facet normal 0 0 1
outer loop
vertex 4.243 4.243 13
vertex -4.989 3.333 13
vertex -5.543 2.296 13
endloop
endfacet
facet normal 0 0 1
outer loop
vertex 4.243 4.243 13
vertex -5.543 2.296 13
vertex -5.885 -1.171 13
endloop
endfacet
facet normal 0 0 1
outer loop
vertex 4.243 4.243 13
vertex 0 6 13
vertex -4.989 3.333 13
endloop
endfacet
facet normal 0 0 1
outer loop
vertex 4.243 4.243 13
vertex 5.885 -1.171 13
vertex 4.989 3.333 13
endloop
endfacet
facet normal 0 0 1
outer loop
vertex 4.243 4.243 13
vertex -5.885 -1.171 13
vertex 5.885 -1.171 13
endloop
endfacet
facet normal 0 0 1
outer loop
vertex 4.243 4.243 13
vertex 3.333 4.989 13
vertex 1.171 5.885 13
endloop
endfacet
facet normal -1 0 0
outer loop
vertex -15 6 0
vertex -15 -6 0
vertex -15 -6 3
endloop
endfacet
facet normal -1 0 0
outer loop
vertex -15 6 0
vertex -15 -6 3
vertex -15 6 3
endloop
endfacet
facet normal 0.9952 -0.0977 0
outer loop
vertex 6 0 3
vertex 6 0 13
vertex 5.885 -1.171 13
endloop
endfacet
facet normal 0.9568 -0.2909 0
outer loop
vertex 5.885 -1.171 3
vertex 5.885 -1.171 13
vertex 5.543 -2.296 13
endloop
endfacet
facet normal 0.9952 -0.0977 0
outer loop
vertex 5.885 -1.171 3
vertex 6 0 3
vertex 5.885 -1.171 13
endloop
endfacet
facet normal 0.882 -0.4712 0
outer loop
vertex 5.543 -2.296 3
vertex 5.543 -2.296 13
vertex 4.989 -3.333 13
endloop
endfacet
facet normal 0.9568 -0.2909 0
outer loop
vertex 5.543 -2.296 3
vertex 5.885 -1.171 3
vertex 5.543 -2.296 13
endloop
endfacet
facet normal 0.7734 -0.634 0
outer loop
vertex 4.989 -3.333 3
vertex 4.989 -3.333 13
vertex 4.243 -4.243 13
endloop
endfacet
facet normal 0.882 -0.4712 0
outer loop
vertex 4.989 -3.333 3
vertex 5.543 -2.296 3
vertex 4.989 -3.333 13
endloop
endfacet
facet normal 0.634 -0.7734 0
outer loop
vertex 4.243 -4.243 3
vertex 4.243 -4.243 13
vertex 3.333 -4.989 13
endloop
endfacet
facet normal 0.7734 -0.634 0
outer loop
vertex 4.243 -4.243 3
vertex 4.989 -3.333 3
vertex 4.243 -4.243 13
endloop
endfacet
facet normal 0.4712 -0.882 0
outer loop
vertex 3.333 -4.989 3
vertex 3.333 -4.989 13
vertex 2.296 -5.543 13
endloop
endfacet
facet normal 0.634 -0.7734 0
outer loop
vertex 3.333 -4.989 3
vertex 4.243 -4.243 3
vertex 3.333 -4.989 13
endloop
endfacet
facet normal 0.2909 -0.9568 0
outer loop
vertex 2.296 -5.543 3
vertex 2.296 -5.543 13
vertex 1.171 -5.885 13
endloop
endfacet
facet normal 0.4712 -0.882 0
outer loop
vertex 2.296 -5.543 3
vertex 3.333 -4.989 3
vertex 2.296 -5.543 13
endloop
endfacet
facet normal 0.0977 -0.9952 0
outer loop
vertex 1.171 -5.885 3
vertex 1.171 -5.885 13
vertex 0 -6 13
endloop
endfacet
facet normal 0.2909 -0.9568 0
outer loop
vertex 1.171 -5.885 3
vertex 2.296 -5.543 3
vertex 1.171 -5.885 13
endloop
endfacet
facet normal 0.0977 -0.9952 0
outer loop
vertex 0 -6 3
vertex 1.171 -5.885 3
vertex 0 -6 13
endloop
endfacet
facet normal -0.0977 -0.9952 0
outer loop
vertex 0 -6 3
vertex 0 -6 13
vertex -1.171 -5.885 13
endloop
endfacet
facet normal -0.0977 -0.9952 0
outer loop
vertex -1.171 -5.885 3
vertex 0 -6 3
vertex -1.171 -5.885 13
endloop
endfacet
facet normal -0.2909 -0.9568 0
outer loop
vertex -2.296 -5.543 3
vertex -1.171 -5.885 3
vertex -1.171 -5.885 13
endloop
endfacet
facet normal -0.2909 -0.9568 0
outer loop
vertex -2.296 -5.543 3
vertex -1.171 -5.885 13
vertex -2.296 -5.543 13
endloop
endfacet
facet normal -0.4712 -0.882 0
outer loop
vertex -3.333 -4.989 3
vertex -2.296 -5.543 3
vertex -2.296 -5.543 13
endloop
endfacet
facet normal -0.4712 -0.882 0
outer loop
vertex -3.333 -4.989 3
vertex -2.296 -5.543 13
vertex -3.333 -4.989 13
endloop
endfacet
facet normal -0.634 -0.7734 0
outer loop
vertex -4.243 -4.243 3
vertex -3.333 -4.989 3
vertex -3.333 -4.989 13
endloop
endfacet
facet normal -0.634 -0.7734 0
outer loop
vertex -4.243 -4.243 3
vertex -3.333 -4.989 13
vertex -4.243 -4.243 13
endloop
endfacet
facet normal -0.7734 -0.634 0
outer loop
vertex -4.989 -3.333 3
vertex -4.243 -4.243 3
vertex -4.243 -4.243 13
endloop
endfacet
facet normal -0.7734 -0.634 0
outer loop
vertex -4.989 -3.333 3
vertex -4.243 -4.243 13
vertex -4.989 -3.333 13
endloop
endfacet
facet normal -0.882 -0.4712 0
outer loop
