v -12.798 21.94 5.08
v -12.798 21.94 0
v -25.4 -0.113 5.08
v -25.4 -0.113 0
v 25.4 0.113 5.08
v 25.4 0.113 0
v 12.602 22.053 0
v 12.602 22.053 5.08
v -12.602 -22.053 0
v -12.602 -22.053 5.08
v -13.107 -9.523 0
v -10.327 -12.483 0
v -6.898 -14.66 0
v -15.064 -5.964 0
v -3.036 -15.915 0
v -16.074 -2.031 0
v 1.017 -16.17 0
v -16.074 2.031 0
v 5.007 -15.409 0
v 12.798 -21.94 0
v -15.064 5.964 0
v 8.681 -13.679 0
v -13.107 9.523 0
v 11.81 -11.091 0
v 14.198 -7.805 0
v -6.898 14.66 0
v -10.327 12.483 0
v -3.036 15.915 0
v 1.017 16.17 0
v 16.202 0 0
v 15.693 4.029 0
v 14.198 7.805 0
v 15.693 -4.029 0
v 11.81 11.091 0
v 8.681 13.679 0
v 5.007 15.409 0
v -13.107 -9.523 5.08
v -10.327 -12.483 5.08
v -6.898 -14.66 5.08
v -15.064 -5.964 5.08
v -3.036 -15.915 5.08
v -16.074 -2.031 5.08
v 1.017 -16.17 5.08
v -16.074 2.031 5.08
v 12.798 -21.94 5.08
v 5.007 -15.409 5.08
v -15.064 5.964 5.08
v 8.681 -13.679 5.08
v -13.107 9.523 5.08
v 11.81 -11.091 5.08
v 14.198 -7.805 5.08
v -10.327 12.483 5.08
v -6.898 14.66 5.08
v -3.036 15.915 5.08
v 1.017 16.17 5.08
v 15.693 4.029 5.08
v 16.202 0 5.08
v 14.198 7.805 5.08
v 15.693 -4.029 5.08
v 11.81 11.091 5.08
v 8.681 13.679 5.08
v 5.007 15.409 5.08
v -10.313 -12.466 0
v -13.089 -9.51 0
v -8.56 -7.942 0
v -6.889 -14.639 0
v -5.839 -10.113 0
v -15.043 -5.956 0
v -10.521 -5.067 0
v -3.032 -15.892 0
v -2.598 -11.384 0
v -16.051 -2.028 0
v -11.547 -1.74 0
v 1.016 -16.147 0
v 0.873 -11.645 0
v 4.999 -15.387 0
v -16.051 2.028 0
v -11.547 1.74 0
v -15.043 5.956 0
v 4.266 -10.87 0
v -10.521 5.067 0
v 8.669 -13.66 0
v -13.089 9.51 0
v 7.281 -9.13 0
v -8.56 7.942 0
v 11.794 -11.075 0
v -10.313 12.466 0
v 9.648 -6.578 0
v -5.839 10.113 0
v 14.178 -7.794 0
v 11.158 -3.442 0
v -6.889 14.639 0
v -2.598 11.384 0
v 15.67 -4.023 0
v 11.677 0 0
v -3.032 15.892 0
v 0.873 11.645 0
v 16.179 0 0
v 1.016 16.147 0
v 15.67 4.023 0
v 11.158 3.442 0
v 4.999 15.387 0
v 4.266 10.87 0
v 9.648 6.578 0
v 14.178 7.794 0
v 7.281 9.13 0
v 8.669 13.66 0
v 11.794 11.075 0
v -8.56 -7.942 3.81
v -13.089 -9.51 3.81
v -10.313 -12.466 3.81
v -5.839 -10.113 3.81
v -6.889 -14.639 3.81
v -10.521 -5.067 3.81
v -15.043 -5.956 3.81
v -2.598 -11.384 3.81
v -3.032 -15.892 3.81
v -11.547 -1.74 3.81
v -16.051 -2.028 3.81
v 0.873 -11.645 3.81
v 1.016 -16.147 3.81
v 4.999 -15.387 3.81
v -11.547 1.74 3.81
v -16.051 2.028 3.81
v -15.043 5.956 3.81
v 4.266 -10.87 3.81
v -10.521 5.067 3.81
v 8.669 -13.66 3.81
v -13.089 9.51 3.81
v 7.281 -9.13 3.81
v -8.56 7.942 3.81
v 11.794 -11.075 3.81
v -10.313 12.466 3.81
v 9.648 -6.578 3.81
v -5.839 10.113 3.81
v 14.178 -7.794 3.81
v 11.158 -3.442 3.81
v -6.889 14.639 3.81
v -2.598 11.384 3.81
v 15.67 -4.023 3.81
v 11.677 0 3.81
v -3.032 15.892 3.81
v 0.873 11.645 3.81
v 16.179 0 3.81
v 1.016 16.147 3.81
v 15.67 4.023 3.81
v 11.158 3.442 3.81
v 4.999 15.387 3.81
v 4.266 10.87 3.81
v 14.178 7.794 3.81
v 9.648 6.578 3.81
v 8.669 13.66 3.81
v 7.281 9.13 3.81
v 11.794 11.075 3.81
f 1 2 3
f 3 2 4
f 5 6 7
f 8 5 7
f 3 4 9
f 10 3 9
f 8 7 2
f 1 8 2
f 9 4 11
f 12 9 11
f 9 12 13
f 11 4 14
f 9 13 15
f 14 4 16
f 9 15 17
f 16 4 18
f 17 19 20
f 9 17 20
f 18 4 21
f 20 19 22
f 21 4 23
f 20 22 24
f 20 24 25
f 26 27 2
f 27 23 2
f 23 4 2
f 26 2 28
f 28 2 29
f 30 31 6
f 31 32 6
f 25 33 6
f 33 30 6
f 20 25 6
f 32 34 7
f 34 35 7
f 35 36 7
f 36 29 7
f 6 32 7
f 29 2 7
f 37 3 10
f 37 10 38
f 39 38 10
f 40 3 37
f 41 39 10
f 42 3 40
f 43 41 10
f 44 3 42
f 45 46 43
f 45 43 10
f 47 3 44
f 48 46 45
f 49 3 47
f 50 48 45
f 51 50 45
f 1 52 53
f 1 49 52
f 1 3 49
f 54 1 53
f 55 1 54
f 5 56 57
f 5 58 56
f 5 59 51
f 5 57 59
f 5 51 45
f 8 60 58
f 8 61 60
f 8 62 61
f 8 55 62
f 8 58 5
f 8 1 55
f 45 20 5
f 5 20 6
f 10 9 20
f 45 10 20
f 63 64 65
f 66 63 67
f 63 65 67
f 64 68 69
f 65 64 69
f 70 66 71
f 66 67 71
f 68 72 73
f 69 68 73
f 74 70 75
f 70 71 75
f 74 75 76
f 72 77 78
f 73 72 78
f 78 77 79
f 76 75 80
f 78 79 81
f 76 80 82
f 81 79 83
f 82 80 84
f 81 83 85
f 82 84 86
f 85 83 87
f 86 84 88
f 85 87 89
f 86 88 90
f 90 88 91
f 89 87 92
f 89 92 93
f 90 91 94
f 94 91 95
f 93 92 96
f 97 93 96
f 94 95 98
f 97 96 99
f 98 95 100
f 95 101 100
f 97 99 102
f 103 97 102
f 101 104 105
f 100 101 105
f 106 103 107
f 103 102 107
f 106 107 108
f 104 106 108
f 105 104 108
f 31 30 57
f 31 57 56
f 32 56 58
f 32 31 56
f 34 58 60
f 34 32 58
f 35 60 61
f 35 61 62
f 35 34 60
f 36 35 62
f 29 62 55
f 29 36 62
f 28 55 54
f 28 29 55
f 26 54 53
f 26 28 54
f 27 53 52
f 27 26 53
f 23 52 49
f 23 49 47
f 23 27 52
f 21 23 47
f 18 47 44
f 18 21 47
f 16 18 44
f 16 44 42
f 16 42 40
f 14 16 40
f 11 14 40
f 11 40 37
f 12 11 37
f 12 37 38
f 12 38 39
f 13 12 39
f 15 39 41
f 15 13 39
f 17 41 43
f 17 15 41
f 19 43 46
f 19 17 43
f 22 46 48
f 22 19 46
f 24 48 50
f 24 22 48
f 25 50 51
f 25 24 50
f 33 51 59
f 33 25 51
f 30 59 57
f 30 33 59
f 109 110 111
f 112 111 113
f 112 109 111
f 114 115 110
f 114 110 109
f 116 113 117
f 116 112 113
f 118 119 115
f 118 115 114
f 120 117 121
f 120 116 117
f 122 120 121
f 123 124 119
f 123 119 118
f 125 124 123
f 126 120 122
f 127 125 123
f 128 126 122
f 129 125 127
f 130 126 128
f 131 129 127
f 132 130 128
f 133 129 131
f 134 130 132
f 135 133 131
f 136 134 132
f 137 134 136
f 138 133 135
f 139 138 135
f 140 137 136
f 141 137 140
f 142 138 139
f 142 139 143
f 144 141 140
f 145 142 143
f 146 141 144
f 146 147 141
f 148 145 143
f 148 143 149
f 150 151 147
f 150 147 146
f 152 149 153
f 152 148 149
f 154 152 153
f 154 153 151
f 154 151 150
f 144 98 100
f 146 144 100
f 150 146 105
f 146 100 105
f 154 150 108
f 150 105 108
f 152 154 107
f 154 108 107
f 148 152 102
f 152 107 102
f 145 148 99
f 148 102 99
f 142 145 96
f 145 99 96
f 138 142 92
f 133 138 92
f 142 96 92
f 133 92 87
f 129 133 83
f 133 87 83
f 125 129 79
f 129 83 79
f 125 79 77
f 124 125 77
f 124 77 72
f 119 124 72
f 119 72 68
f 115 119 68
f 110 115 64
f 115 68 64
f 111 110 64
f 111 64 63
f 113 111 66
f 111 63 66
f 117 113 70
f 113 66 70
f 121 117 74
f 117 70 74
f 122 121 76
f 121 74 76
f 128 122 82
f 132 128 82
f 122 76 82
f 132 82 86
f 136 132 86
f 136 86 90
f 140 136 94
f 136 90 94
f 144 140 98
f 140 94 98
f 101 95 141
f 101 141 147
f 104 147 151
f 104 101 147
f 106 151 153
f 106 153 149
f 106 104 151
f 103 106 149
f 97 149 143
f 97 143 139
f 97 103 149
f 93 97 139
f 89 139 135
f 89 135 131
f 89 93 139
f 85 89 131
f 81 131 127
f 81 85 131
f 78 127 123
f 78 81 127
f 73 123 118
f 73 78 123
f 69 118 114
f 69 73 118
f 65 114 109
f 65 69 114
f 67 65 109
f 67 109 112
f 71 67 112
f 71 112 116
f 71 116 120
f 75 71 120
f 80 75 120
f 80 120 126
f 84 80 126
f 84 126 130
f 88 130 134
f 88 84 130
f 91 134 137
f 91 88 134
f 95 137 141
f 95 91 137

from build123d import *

# Parameters (mm, degrees)
F0_R     = 16.201527
F1_DEPTH = 5.08
F0_R_2   = 16.178711
F0_R_3   = 11.677175
F2_DEPTH = 3.81


with BuildPart() as f1:
    # F0 (on Top) → F1 (new body)
    with BuildSketch(Plane.XY):
        Polygon((12.601996, 22.053338), (-12.797753, 21.940317), (-25.399749, -0.11302), (-12.601996, -22.053338), (12.797753, -21.940317), (25.399749, 0.11302), align=None)
        Circle(F0_R, mode=Mode.SUBTRACT)
    extrude(amount=F1_DEPTH)


with BuildPart() as f2:
    # F0 (on Top) → F2 (new body)
    with BuildSketch(Plane.XY):
        Circle(F0_R_2)
        Circle(F0_R_3, mode=Mode.SUBTRACT)
    extrude(amount=F2_DEPTH)


solid = Compound([f1.part, f2.part])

----

■ Try it ■
Give back exactly the lines of the listing above that run from the line with "f 152 148 149" to the line with "f 95 91 137", inclusive.

■ Your response ■
f 152 148 149
f 154 152 153
f 154 153 151
f 154 151 150
f 144 98 100
f 146 144 100
f 150 146 105
f 146 100 105
f 154 150 108
f 150 105 108
f 152 154 107
f 154 108 107
f 148 152 102
f 152 107 102
f 145 148 99
f 148 102 99
f 142 145 96
f 145 99 96
f 138 142 92
f 133 138 92
f 142 96 92
f 133 92 87
f 129 133 83
f 133 87 83
f 125 129 79
f 129 83 79
f 125 79 77
f 124 125 77
f 124 77 72
f 119 124 72
f 119 72 68
f 115 119 68
f 110 115 64
f 115 68 64
f 111 110 64
f 111 64 63
f 113 111 66
f 111 63 66
f 117 113 70
f 113 66 70
f 121 117 74
f 117 70 74
f 122 121 76
f 121 74 76
f 128 122 82
f 132 128 82
f 122 76 82
f 132 82 86
f 136 132 86
f 136 86 90
f 140 136 94
f 136 90 94
f 144 140 98
f 140 94 98
f 101 95 141
f 101 141 147
f 104 147 151
f 104 101 147
f 106 151 153
f 106 153 149
f 106 104 151
f 103 106 149
f 97 149 143
f 97 143 139
f 97 103 149
f 93 97 139
f 89 139 135
f 89 135 131
f 89 93 139
f 85 89 131
f 81 131 127
f 81 85 131
f 78 127 123
f 78 81 127
f 73 123 118
f 73 78 123
f 69 118 114
f 69 73 118
f 65 114 109
f 65 69 114
f 67 65 109
f 67 109 112
f 71 67 112
f 71 112 116
f 71 116 120
f 75 71 120
f 80 75 120
f 80 120 126
f 84 80 126
f 84 126 130
f 88 130 134
f 88 84 130
f 91 134 137
f 91 88 134
f 95 137 141
f 95 91 137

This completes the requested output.